= AIM OF THE EXERCISE =
Whenever a line in the records below contains "PLANE", pick it out.

═════ RECORDS TO PROCESS

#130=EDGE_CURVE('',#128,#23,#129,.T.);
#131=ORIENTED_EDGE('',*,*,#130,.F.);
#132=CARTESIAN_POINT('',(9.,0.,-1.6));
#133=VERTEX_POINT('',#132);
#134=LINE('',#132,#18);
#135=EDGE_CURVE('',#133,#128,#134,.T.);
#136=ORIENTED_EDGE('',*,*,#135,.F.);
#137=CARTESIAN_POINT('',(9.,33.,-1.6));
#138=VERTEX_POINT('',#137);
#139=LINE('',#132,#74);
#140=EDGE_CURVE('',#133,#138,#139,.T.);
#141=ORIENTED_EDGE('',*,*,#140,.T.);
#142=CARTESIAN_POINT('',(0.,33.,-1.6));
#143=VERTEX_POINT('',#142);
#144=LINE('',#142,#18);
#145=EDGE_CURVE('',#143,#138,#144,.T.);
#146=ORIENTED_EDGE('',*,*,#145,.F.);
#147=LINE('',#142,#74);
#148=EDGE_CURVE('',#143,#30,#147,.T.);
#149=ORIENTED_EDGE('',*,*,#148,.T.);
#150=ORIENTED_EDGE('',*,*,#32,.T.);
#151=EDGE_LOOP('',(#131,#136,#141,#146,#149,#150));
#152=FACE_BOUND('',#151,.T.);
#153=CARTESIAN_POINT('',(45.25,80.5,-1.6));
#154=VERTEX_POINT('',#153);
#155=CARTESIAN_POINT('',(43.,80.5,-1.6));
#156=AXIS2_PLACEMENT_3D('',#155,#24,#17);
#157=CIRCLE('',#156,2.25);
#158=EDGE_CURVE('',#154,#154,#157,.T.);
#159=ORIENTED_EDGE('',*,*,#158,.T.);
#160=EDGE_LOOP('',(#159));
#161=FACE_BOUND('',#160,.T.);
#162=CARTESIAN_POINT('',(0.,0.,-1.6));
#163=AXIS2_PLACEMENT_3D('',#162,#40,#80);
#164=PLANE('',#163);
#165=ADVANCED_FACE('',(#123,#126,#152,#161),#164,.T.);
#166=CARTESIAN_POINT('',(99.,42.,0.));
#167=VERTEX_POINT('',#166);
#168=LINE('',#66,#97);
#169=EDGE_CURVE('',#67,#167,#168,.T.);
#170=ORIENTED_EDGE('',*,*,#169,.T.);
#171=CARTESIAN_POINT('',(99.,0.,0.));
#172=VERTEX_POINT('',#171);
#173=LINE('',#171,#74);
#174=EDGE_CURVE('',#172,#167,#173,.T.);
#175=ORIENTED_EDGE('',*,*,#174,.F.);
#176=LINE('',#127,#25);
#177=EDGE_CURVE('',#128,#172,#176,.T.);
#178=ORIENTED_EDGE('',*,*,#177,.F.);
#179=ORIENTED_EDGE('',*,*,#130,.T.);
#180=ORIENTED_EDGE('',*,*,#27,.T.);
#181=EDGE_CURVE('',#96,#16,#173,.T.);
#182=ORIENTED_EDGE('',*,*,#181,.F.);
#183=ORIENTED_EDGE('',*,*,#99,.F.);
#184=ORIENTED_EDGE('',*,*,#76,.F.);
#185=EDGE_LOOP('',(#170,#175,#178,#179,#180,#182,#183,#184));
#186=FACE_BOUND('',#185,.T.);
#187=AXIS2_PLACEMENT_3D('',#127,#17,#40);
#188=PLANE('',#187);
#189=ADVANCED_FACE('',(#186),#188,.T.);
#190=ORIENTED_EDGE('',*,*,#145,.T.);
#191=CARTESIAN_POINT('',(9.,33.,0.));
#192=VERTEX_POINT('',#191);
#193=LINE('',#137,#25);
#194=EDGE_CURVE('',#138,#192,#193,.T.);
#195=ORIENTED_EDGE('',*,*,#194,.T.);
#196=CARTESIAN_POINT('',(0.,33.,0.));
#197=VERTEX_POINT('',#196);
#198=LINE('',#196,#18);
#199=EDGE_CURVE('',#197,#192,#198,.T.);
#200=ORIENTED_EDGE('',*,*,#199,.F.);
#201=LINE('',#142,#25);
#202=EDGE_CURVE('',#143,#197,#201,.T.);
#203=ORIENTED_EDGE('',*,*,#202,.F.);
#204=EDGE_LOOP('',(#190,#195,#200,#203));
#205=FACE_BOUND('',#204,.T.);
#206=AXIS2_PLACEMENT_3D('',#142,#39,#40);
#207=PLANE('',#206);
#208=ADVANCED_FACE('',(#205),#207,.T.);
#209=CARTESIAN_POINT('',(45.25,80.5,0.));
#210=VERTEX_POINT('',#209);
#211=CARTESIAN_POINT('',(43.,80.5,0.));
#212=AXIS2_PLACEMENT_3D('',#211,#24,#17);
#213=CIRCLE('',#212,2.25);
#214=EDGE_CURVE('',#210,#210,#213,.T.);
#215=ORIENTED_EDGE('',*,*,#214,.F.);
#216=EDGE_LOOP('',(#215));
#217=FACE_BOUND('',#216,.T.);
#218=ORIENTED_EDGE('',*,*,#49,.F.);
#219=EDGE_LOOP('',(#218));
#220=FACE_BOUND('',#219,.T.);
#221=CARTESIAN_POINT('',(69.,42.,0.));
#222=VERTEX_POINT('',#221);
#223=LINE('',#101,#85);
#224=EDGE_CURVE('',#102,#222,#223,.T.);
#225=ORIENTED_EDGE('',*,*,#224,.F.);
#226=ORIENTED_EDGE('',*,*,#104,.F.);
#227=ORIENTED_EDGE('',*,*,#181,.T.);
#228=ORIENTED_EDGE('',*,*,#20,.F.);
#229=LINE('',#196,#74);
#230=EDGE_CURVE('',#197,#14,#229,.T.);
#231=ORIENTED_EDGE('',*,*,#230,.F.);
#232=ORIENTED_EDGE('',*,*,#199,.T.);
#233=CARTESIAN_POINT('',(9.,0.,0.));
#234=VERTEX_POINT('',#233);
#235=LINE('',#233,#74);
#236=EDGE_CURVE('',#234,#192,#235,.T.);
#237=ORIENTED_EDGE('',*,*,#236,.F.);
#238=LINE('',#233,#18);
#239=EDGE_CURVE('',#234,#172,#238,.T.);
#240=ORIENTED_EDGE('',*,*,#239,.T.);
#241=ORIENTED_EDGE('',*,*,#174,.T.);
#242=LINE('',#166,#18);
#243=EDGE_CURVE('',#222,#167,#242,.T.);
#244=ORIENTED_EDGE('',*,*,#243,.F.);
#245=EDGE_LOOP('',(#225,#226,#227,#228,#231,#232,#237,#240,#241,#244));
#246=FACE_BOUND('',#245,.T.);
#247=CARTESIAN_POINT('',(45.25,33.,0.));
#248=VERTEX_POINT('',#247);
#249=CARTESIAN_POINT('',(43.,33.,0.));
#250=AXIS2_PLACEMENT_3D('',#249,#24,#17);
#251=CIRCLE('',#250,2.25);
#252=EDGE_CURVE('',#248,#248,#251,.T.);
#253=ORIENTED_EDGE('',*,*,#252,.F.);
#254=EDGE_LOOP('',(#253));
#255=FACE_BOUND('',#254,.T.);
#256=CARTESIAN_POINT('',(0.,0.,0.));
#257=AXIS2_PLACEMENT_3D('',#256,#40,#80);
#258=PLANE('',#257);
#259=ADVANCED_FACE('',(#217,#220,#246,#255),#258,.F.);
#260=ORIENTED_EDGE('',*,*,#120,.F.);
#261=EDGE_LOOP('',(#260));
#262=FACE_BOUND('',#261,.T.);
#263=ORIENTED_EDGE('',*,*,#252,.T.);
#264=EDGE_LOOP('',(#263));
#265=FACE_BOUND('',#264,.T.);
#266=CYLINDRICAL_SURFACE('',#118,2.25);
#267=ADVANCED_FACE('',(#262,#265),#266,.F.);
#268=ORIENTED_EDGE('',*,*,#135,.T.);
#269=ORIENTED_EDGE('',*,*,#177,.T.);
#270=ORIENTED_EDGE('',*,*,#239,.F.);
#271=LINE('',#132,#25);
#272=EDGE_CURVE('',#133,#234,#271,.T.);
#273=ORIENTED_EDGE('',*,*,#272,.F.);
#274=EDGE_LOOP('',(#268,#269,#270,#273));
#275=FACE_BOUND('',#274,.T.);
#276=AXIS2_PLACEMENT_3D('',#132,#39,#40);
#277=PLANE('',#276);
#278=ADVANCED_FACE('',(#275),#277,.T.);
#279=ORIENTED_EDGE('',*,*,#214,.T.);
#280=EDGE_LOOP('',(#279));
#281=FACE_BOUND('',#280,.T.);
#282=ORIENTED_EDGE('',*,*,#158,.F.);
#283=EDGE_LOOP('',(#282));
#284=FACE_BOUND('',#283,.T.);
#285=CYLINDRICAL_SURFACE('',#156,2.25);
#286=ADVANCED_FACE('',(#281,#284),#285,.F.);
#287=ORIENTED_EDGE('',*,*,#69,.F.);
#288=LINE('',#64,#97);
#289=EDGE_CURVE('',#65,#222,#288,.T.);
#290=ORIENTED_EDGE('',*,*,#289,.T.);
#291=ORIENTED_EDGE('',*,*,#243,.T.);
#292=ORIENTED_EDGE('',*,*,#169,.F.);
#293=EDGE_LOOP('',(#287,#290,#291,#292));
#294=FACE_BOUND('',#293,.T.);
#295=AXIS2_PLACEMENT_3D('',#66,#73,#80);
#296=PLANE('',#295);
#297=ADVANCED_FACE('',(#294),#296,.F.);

══════════

= OUTPUT =
#164=PLANE('',#163);
#188=PLANE('',#187);
#207=PLANE('',#206);
#258=PLANE('',#257);
#277=PLANE('',#276);
#296=PLANE('',#295);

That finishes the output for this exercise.